Das Kongo Tribunal
Das Kongo Tribunal
Brennstoff Nr. 56 | Heini Staudinger | 07.02.2024 | 3 Minuten

Recht und der ernsthafte Versuch um Gerechtigkeit sind Bedingungen für Frieden

Das Kongo Tribunal ist ein weiteres ambitioniertes Projekt von Milo Rau. Seit über 20 Jahren verwandelt ein unüberschaubarer Bürgerkrieg im Osten der demokratischen Republik Kongo ein Gebiet von der Größe Westeuropas in eine Hölle auf Erden. Viele Beobachter sehen in diesem Krieg nicht nur den Kampf um die polititsche Vorherrschaft in Zentralafrika, sondern zugleich eine der entscheidenden wirtschaftlichen Verteilungsschlachten im Zeitalter der Globalisierung. Denn der Grund für den Fortbestand des Krieges sind längst nicht mehr nur ethnische Gegensätze, sondern die für das 21. Jahrhundert überlebenswichtigen Technologie-Rohstoffe.

Milo Rau hat in einem symbolischen Theatertribunal drei exemplarische Fälle aus diesem Konflikt erstmals vor einer unabhängigen Jury verhandeln lassen. Dabei ist das scheinbar Unmögliche gelungen: alle Beteiligten – Regierung, Opposition, Militär, Rebellen, internationale Minenkonzerne, lokale Minenarbeiter, Bauern, Opfer, Täter, Menschenrechtsaktivisten und Globalisierungsexperten – wurden involviert und konnten zu Zeugenaussagen in dem öffentlich abgehaltenen Tribunal bewegt werden.

Der Erfolg dieser symbolischen Verhandlungen war durchschlagend, weil erstmals in zwei Jahrzehnten ein geschützter öffentlicher Raum geschaffen wurde, in dem die Opfer von Vertreibung, Enteignung, Vergewaltigung und Mord ihre Anliegen und Anklagen vorbringen konnten und die dafür (Mit-)Verantwortlichen ihnen zuhören mussten. Im Anschluss an das Kongo Tribunal traten zwei Minister und in der Folge auch der Gouverneur der Provinz zurück.

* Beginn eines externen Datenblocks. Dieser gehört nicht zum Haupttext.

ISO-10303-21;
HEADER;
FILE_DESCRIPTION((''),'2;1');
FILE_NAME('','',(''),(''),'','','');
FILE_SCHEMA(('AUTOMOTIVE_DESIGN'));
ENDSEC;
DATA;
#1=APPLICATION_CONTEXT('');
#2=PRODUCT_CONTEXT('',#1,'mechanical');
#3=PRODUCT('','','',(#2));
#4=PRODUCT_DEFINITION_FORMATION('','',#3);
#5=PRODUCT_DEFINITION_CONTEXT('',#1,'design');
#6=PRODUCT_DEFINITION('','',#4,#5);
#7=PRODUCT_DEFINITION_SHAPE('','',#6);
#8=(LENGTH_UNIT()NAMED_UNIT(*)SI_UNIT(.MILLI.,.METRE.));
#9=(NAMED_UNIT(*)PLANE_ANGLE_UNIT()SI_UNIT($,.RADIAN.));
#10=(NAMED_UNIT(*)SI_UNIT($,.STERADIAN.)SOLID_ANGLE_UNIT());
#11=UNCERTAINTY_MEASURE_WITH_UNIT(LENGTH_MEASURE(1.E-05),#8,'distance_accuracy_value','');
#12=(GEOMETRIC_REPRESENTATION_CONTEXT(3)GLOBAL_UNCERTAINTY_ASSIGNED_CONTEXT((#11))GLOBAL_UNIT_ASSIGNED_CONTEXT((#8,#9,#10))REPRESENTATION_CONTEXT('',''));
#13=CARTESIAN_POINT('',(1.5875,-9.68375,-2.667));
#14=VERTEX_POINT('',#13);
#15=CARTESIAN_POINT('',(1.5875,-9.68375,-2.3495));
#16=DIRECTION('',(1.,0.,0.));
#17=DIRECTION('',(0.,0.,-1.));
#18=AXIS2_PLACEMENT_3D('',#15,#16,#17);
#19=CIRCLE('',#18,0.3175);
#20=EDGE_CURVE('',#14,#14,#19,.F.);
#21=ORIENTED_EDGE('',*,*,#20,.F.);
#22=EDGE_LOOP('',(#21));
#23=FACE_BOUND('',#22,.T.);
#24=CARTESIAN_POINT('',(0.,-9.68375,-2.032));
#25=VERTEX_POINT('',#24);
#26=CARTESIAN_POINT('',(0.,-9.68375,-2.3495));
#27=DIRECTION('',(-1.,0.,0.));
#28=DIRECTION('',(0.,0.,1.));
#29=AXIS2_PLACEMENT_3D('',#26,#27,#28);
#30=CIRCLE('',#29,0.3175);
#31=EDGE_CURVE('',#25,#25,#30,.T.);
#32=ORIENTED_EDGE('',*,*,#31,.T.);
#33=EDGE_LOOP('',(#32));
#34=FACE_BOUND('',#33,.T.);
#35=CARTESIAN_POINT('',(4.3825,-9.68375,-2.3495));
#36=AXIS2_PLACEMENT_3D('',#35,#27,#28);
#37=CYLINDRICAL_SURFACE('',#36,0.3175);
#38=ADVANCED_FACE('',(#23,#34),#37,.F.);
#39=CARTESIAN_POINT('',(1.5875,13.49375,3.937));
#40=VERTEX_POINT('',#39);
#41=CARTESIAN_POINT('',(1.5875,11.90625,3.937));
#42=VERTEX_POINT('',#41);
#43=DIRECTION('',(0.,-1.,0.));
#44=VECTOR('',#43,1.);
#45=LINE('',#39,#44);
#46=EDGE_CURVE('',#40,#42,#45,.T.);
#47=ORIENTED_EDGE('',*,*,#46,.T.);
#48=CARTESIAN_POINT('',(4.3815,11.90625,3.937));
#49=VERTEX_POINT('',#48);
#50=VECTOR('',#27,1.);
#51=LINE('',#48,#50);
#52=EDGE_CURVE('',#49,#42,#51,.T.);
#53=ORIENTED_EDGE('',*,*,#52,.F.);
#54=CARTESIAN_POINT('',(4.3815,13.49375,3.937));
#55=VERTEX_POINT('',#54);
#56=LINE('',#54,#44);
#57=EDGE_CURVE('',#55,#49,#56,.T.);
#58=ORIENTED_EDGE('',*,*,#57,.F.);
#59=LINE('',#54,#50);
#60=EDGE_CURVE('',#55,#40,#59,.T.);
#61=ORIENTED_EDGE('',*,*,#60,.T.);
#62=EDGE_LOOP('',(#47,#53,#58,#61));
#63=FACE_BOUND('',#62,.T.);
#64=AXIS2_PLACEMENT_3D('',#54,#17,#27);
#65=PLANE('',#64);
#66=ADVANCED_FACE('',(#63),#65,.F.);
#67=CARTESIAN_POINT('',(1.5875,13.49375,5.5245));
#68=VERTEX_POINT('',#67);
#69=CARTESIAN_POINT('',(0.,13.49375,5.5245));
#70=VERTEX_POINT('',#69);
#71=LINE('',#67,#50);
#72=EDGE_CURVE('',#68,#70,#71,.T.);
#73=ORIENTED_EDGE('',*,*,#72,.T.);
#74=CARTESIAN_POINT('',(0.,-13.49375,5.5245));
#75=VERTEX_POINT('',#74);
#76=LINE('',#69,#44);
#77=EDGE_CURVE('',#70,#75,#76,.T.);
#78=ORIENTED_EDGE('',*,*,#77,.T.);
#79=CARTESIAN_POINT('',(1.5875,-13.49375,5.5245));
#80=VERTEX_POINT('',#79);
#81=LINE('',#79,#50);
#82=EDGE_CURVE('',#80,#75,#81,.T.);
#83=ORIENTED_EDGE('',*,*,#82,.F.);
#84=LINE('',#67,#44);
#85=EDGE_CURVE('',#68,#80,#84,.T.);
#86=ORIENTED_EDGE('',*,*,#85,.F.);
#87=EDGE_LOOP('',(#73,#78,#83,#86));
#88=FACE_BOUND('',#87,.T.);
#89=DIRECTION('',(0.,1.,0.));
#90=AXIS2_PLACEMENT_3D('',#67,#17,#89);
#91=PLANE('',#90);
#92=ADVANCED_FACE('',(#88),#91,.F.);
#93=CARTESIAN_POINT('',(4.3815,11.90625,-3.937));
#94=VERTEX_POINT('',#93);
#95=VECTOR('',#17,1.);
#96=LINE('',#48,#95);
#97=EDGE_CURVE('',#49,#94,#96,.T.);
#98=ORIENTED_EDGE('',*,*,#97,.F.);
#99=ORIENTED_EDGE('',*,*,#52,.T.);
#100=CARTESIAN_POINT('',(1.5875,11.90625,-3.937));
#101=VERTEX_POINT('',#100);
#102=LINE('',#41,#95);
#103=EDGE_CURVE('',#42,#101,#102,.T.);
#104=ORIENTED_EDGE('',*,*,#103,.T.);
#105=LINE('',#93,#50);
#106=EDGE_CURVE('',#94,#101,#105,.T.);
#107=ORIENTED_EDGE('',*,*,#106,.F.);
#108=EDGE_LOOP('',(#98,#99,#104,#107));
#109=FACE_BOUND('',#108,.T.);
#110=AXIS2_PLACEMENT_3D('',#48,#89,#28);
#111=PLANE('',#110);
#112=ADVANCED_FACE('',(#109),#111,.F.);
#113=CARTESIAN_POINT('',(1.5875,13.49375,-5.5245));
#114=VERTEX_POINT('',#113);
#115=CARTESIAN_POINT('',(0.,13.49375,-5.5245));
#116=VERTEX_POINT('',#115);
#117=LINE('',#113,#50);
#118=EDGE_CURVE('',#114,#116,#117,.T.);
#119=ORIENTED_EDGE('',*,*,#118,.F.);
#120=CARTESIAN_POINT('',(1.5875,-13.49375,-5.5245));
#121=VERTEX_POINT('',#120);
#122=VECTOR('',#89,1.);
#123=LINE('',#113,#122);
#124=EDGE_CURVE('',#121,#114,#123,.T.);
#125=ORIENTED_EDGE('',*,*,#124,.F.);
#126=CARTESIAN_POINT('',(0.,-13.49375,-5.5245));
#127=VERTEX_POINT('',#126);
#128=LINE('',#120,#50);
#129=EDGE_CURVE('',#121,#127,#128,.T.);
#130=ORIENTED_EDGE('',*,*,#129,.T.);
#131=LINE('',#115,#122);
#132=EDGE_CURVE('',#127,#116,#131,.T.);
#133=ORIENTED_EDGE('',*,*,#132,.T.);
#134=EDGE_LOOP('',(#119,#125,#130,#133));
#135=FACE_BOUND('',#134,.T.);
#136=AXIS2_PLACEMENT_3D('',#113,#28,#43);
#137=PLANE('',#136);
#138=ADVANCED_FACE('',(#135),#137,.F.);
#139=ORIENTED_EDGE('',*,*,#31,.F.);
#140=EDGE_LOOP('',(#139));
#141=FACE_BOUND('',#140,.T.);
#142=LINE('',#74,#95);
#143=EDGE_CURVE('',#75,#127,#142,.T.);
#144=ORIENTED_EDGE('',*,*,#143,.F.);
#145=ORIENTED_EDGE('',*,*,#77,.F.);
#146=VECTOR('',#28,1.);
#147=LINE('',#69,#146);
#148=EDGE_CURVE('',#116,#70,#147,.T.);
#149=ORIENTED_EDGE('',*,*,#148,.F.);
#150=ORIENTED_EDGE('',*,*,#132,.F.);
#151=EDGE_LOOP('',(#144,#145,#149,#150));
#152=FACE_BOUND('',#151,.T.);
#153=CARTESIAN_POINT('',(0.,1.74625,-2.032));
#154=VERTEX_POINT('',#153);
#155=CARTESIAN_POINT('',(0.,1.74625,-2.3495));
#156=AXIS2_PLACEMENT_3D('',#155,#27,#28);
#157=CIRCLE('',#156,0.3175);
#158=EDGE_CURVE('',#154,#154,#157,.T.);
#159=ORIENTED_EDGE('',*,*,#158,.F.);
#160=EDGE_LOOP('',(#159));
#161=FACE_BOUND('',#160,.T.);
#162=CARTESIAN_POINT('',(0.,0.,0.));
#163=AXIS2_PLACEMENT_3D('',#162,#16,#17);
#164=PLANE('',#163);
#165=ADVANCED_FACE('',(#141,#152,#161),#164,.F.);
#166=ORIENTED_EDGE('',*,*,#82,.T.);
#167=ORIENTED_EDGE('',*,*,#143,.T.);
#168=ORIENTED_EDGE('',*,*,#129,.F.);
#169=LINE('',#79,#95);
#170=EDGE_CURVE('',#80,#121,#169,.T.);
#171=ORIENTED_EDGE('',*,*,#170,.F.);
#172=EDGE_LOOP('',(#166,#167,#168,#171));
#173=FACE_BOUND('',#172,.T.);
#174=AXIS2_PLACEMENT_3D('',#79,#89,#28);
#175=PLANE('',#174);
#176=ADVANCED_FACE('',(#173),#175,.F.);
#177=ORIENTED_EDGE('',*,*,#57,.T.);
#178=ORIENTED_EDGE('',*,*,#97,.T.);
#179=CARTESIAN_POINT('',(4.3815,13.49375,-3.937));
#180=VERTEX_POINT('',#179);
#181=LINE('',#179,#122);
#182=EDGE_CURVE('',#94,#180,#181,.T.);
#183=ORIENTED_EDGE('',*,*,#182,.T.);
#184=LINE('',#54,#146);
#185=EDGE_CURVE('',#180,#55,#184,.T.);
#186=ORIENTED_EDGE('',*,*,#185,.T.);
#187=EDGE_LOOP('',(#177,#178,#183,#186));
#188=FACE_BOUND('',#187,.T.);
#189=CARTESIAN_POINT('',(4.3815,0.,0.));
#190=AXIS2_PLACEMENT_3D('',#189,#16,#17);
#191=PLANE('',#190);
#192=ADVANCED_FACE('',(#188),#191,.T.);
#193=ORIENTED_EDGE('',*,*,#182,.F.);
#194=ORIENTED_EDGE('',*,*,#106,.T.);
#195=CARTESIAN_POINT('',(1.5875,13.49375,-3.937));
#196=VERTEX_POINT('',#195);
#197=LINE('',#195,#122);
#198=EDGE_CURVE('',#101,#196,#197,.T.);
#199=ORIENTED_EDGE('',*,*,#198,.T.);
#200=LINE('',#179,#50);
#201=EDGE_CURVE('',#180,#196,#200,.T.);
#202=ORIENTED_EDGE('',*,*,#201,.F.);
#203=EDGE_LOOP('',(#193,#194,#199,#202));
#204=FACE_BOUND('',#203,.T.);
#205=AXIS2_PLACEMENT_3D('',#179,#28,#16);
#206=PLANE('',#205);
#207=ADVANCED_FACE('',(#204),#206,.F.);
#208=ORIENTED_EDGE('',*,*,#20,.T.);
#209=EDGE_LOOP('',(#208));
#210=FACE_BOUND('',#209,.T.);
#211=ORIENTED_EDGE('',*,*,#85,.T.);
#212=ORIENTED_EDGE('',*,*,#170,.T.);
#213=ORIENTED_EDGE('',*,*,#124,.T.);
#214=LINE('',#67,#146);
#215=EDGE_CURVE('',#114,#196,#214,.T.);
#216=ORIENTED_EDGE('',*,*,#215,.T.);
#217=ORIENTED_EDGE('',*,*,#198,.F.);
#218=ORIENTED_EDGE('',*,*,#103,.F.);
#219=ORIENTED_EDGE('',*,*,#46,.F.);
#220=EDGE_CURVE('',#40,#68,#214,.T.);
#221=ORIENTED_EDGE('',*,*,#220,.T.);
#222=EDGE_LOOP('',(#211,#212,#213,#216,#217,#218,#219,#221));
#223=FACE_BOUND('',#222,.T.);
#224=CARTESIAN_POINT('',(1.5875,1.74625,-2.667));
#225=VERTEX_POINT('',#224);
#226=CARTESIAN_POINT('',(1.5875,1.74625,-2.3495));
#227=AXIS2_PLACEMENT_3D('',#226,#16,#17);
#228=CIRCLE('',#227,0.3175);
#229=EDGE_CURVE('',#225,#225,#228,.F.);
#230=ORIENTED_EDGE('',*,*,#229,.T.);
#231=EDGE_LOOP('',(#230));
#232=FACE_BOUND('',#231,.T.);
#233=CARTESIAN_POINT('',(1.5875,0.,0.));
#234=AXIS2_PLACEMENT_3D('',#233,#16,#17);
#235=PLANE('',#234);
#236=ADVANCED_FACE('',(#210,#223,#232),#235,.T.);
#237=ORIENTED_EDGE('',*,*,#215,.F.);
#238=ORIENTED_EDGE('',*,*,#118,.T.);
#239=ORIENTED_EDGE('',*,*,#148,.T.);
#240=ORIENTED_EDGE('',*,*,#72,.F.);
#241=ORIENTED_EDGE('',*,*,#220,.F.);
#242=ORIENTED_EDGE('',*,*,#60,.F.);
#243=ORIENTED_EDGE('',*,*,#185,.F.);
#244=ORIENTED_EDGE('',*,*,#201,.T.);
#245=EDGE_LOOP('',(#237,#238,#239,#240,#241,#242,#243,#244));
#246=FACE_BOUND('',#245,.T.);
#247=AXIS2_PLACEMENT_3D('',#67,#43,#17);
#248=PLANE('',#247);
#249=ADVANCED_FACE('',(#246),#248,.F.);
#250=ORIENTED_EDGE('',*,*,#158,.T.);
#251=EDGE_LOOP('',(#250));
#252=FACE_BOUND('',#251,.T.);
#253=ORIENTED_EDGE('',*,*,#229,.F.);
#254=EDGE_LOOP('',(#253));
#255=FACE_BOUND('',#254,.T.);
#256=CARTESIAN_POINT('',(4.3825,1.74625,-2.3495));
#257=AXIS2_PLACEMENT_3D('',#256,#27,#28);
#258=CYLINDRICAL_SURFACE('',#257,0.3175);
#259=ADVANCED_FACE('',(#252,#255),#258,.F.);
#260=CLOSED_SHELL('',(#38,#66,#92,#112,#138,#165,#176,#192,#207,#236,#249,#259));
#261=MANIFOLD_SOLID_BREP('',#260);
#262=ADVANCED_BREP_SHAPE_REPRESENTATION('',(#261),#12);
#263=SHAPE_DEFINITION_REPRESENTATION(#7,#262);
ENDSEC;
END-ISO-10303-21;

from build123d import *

# Parameters (mm, degrees)
SKETCH1_W           = 11.049
SKETCH1_H           = 26.9875
BOSS_EXTRUDE1_DEPTH = 1.5875
SKETCH2_W           = 7.874
SKETCH2_H           = 1.5875
BOSS_EXTRUDE2_DEPTH = 2.794
CUT_EXTRUDE1_REACH  = 6.381
SKETCH3_R           = 0.3175


with BuildPart() as part:
    # Sketch1 → Boss-Extrude1 (new body)
    with BuildSketch(Plane(origin=(0, 0, 0), x_dir=(0, 0, -1), z_dir=(1, 0, 0))):
        Rectangle(SKETCH1_W, SKETCH1_H)
    extrude(amount=BOSS_EXTRUDE1_DEPTH)

    # Sketch2 → Boss-Extrude2 (add)
    with BuildSketch(Plane(origin=(1.5875, 0, 0), x_dir=(0, 0, -1), z_dir=(1, 0, 0))):
        with Locations((0, 12.7)):
            Rectangle(SKETCH2_W, SKETCH2_H)
    extrude(amount=BOSS_EXTRUDE2_DEPTH)

    # Sketch3 → Cut-Extrude1 (cut, up to next)
    with BuildSketch(Plane.ZY, mode=Mode.PRIVATE) as cut_extrude1_sk1:
        with Locations((-2.3495, 1.74625)):
            Circle(SKETCH3_R)
    cut_extrude1_tool1 = extrude(cut_extrude1_sk1.sketch, amount=-CUT_EXTRUDE1_REACH, mode=Mode.PRIVATE) & part.part
    add(cut_extrude1_tool1.solids().sort_by_distance((0, 1.74625, -2.3495))[0], mode=Mode.SUBTRACT)
    # Sketch3 → Cut-Extrude1 (cut, up to next)
    with BuildSketch(Plane.ZY, mode=Mode.PRIVATE) as cut_extrude1_sk2:
        with Locations((-2.3495, -9.68375)):
            Circle(SKETCH3_R)
    cut_extrude1_tool2 = extrude(cut_extrude1_sk2.sketch, amount=-CUT_EXTRUDE1_REACH, mode=Mode.PRIVATE) & part.part
    add(cut_extrude1_tool2.solids().sort_by_distance((0, -9.68375, -2.3495))[0], mode=Mode.SUBTRACT)


solid = part.part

2020 möchten die international renommierten Juristen Jean Louis Gilissen, belgischer Anwalt und Mitbegründer des Internationalen Strafgerichtshofs in Den Haag, und Maître Sylvestre Bisimwa, kongolesischer Menschenrechtsanwalt, in einer nächsten Stufe des Vermittlungsprozesses zwischen den beteiligten Konfliktparteien eine Form kontinuierlicher zivilgesellschaftlicher Gerichtsbarkeit auf lokaler Ebene etablieren. Mehrere Tribunale (zunächst fünf) an verschiedenen Orten der Region sollen sicherstellen, dass Aufarbeitung, Anklageerhebung und Dokumentation von Verbrechen fortlaufend weitergeführt werden.

www.the-congo-tribunal.com

Die Hoffnung der Menschen heißt Frieden. Sie wollen Frieden. Was sonst. Ihre Wirklichkeit heißt Krieg. Die einen sterben. Die, die fliehen können, fliehen. Die dort (Über-)Lebenden hoffen auf die Zivilgesellschaft. Sie hoffen, dass wir nicht wegschauen.

Milo Rau hat dazu/darüber einen unglaublich guten Film gemacht.

DAS KONGO TRIBUNAL

Der Film zeigt nicht nur die harte Wirklichkeit: Er zeigt auch Möglicheiten und Wege. z.B. zwei Minister und der Gouverneur mussten nach dem Kongo Tribunal zurücktreten. Der Film ist auch sehr berührend. Besonders berührend finde ich die Szene, in der der belgische Richter auf die Frage, warum er denn beim Kongo Tribunal mitmache, antwortet, ès genüge einfach nicht nur an das Eigene zu denken. Mensch-sein ist mehr.

Wir haben das Gefühl, immer mehr zu wissen und immer schneller zu handeln – in Wahrheit findet aber eine Einschränkung, fast Lähmung unserer Entschlussfähigkeit statt. Wie Teenager sitzen wir unbeweglich und lethargisch in unseren Zimmerchen, in unseren Köpfen aber rasen die Gedanken. Die technische Entwicklung hat unseren Willen gelähmt und unsere seelischen und sozialen Algorithmen völlig ins Ungleichgewicht gebracht. Es ist, als würden wir von den technischen Apparaten in einer totalen Gegenwart festgehalten, während der Planet in den Untergang rauscht. Insofern bin ich auf der Seite von allen, die die Handlungsfähigkeit der Individuen und zivilgesellschaftlichen Akteure wieder wachrütteln wollen.